Da qualche giorno ho un dubbio riguardo all’uso del solo pronome atono di terza persona con il verbo avere in senso proprio.
La frase da cui è nata la mia perplessità era del tipo:
«Vorrei regalargli l’ultimo libro di Ammaniti, ma temo che lo abbia già.»
La stonatura che ho avvertito non è certo data dalla mancata elisione; io avrei semplicemente detto «temo che ce l’abbia già».
Lì per lì a orecchio ho ritenuto che quel ce fosse necessario, ma il mio interlocutore ha subito replicato difendendo la correttezza della sua frase con esempi come questi:
«Dovrei averlo sotto mano per capire dov’è il problema.»
«Il modulo di constatazione amichevole è di vitale importanza per accelerare le pratiche.
Se non lo hai con te, puoi usare il modulo dell’altro conducente coinvolto.»
in cui, effettivamente, non sento una vera e propria stonatura, sebbene mi suonino meglio le versioni con ce.
A questo punto, se è vero che nella Grammatica del Serianni (VII. 50.) si legge:
mi chiedo quali circostanze giustifichino l’espressione «molte frasi» in luogo di un giudizio più generale.

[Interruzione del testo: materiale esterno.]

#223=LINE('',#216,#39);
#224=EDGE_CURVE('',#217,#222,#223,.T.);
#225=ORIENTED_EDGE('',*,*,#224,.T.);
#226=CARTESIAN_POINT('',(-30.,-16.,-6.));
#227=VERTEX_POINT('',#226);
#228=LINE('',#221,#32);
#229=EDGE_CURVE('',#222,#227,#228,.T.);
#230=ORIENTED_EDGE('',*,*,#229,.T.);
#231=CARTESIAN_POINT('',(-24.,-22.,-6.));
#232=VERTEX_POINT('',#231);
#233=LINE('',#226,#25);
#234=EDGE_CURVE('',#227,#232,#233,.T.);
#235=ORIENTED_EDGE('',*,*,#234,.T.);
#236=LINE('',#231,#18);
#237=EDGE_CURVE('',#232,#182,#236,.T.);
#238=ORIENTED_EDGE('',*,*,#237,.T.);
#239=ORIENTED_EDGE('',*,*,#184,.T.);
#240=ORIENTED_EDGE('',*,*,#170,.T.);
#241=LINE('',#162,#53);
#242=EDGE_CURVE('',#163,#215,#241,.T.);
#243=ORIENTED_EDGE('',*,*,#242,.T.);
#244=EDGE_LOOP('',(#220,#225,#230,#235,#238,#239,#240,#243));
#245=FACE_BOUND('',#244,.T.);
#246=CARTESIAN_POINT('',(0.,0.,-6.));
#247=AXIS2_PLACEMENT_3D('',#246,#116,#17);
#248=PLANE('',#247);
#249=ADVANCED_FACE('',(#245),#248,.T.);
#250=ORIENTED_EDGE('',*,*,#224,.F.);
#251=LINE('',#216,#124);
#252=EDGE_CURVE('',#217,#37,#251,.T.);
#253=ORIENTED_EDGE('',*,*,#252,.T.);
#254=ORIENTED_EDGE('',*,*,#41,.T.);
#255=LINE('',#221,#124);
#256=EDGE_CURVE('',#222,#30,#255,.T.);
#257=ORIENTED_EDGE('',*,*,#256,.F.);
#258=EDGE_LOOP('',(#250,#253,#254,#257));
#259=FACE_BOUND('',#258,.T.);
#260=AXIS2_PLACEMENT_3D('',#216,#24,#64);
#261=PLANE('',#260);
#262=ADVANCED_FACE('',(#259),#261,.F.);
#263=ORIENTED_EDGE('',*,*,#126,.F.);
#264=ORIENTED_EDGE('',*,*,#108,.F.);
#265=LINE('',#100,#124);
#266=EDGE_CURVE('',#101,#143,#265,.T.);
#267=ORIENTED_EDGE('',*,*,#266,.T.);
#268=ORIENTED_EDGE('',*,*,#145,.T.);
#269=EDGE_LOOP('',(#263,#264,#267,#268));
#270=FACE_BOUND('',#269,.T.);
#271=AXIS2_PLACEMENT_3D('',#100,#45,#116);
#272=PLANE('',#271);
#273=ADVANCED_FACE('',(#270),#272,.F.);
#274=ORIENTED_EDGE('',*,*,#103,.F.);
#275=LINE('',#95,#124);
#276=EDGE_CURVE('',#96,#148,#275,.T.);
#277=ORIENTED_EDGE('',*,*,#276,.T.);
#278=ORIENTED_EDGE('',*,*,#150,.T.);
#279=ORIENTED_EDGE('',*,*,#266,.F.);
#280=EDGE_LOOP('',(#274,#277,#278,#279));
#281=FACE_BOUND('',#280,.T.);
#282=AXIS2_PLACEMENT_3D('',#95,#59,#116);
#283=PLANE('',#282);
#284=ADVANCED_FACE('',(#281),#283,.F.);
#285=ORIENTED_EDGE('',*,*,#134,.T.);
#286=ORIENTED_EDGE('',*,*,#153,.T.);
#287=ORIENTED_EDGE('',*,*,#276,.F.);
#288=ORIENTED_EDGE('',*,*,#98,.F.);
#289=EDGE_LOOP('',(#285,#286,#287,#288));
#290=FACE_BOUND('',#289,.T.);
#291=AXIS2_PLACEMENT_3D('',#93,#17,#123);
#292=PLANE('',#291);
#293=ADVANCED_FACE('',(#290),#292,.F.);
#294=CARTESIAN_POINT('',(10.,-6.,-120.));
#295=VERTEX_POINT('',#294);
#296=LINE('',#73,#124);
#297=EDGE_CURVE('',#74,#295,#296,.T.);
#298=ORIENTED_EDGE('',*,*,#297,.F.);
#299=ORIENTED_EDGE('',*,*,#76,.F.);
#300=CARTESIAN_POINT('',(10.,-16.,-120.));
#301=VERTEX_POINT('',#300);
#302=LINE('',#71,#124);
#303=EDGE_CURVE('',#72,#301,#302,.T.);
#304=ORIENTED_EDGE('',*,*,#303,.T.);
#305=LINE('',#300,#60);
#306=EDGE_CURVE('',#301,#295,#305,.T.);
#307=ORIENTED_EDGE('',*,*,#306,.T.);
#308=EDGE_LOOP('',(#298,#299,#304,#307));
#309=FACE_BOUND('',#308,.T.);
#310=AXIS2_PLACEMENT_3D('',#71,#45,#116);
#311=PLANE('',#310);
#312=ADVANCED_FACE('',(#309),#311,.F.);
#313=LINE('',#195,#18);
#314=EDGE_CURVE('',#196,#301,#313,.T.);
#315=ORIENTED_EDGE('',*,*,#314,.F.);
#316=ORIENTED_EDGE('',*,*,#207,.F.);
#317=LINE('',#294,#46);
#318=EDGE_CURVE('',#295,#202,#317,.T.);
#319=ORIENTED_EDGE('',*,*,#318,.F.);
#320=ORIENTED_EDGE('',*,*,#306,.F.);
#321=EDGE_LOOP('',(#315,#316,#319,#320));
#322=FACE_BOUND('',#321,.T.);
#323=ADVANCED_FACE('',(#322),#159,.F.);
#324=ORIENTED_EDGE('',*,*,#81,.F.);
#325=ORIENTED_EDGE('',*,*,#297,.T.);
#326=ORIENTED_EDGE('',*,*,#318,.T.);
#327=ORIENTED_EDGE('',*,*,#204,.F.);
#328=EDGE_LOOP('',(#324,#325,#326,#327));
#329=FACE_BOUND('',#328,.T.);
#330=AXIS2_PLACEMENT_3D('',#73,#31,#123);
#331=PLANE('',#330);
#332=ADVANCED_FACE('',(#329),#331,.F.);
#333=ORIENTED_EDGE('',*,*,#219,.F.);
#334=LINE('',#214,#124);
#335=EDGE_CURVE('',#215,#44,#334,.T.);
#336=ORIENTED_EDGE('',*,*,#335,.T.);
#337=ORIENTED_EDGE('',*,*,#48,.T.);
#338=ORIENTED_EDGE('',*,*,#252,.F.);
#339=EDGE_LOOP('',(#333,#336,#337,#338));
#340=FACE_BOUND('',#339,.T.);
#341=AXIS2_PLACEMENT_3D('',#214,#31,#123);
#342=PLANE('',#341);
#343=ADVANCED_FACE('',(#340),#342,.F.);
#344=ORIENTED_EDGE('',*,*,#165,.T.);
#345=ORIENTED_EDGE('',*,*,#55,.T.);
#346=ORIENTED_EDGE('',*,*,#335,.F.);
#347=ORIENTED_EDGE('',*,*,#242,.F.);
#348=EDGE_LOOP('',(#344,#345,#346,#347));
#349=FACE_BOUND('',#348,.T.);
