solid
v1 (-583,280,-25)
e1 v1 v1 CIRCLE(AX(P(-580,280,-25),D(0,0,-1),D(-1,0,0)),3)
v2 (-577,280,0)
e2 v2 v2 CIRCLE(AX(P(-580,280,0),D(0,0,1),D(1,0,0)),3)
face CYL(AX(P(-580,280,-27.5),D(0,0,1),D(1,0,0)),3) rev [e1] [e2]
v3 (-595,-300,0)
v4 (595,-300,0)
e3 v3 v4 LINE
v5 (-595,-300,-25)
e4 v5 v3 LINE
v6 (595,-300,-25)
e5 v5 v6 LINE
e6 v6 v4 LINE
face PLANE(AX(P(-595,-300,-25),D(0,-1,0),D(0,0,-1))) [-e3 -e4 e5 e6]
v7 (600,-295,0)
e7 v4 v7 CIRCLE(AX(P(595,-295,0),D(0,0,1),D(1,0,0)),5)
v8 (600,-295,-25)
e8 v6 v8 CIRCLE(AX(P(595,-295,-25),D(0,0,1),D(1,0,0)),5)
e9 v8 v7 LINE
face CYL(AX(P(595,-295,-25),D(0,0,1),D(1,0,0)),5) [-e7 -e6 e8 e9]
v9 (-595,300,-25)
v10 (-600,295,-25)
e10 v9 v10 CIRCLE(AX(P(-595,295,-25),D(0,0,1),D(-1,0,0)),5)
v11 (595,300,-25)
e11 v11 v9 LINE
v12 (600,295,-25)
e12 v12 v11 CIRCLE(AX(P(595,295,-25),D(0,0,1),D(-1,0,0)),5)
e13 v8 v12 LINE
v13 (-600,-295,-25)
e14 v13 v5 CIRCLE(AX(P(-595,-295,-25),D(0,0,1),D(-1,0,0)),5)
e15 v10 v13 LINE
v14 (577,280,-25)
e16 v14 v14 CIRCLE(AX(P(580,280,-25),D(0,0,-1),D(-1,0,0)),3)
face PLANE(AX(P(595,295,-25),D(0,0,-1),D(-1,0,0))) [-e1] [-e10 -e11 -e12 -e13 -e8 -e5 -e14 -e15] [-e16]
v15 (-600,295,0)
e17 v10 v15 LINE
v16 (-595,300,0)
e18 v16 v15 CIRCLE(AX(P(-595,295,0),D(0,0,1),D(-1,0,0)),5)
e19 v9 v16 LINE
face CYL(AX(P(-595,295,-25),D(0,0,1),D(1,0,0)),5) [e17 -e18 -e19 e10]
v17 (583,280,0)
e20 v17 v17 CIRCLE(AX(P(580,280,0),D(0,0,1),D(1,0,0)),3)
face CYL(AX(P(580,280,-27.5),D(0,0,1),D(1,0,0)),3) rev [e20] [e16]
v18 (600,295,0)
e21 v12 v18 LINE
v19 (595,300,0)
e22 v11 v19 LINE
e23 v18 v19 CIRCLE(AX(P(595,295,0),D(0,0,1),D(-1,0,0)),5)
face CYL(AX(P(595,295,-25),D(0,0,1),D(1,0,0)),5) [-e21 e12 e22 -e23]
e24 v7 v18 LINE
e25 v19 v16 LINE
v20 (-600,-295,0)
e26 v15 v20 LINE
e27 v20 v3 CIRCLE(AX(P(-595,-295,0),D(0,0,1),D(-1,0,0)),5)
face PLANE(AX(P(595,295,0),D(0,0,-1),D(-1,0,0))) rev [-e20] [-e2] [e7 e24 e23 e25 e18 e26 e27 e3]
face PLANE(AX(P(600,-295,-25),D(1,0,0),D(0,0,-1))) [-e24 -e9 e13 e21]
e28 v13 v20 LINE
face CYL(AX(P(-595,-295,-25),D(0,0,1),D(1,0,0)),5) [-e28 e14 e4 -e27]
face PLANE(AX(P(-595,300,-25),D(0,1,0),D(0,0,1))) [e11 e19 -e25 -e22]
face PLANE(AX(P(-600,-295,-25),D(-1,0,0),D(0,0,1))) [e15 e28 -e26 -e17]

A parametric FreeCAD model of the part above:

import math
import FreeCAD as App
import Part
import Sketcher

V = App.Vector

doc = App.newDocument("Part")
body = doc.addObject("PartDesign::Body", "Body")

sketch1 = body.newObject("Sketcher::SketchObject", "Sketch")
sketch1.AttachmentSupport = (doc.getObject("XY_Plane"), [""])
sketch1.MapMode = "FlatFace"
sketch1.addGeometry([
    Part.LineSegment(V(-595, -300, 0), V(595, -300, 0)),
    Part.ArcOfCircle(Part.Circle(V(595, -295, 0), V(0, 0, 1), 5), math.radians(-90), math.radians(0)),
    Part.LineSegment(V(600, -295, 0), V(600, 295, 0)),
    Part.ArcOfCircle(Part.Circle(V(595, 295, 0), V(0, 0, 1), 5), math.radians(0), math.radians(90)),
    Part.LineSegment(V(595, 300, 0), V(-595, 300, 0)),
    Part.ArcOfCircle(Part.Circle(V(-595, 295, 0), V(0, 0, 1), 5), math.radians(90), math.radians(180)),
    Part.LineSegment(V(-600, 295, 0), V(-600, -295, 0)),
    Part.ArcOfCircle(Part.Circle(V(-595, -295, 0), V(0, 0, 1), 5), math.radians(180), math.radians(270)),
], False)
sketch1.addConstraint([
    Sketcher.Constraint("Tangent", 0, 2, 1, 1),
    Sketcher.Constraint("Tangent", 1, 2, 2, 1),
    Sketcher.Constraint("Tangent", 2, 2, 3, 1),
    Sketcher.Constraint("Tangent", 3, 2, 4, 1),
    Sketcher.Constraint("Tangent", 4, 2, 5, 1),
    Sketcher.Constraint("Tangent", 5, 2, 6, 1),
    Sketcher.Constraint("Tangent", 6, 2, 7, 1),
    Sketcher.Constraint("Tangent", 7, 2, 0, 1),
    Sketcher.Constraint("Horizontal", 0),
    Sketcher.Constraint("Vertical", 2),
    Sketcher.Constraint("Horizontal", 4),
    Sketcher.Constraint("Vertical", 6),
    Sketcher.Constraint("Equal", 1, 3),
    Sketcher.Constraint("Equal", 3, 5),
    Sketcher.Constraint("Equal", 5, 7),
    Sketcher.Constraint("Symmetric", 1, 3, 5, 3, -1, 1),
    Sketcher.Constraint("Radius", 1, 5.0),
    Sketcher.Constraint("DistanceX", 0, 1, 0, 2, 1190.0),
    Sketcher.Constraint("DistanceY", 2, 1, 2, 2, 590.0),
])
pad1 = body.newObject("PartDesign::Pad", "Pad")
pad1.Profile = sketch1
pad1.Length = 25
pad1.Reversed = True

sketch2 = body.newObject("Sketcher::SketchObject", "Sketch001")
sketch2.AttachmentSupport = (doc.getObject("XY_Plane"), [""])
sketch2.MapMode = "FlatFace"
sketch2.addGeometry([
    Part.Circle(V(580, 280, 0), V(0, 0, 1), 3),
    Part.Circle(V(-580, 280, 0), V(0, 0, 1), 3),
], False)
sketch2.addConstraint([
    Sketcher.Constraint("Equal", 0, 1),
    Sketcher.Constraint("Symmetric", 0, 3, 1, 3, -2),
    Sketcher.Constraint("Diameter", 0, 6.0),
    Sketcher.Constraint("DistanceX", -1, 1, 0, 3, 580.0),
    Sketcher.Constraint("DistanceY", -1, 1, 0, 3, 280.0),
])
pocket1 = body.newObject("PartDesign::Pocket", "Pocket")
pocket1.Profile = sketch2
pocket1.Length = 27.5

doc.recompute()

Esistono forse differenze di registro, o una forma è preferibile all’altra in base ad alcuni criteri?In molte frasi della lingua viva incardinate sul verbo avere l’uso di ci può dirsi obbligatorio. A una domanda come «Hai il biglietto?» si risponde: «Sì», o «Ce l’ho», non col semplice «L’ho».
Ringrazio anticipatamente chiunque voglia rispondere.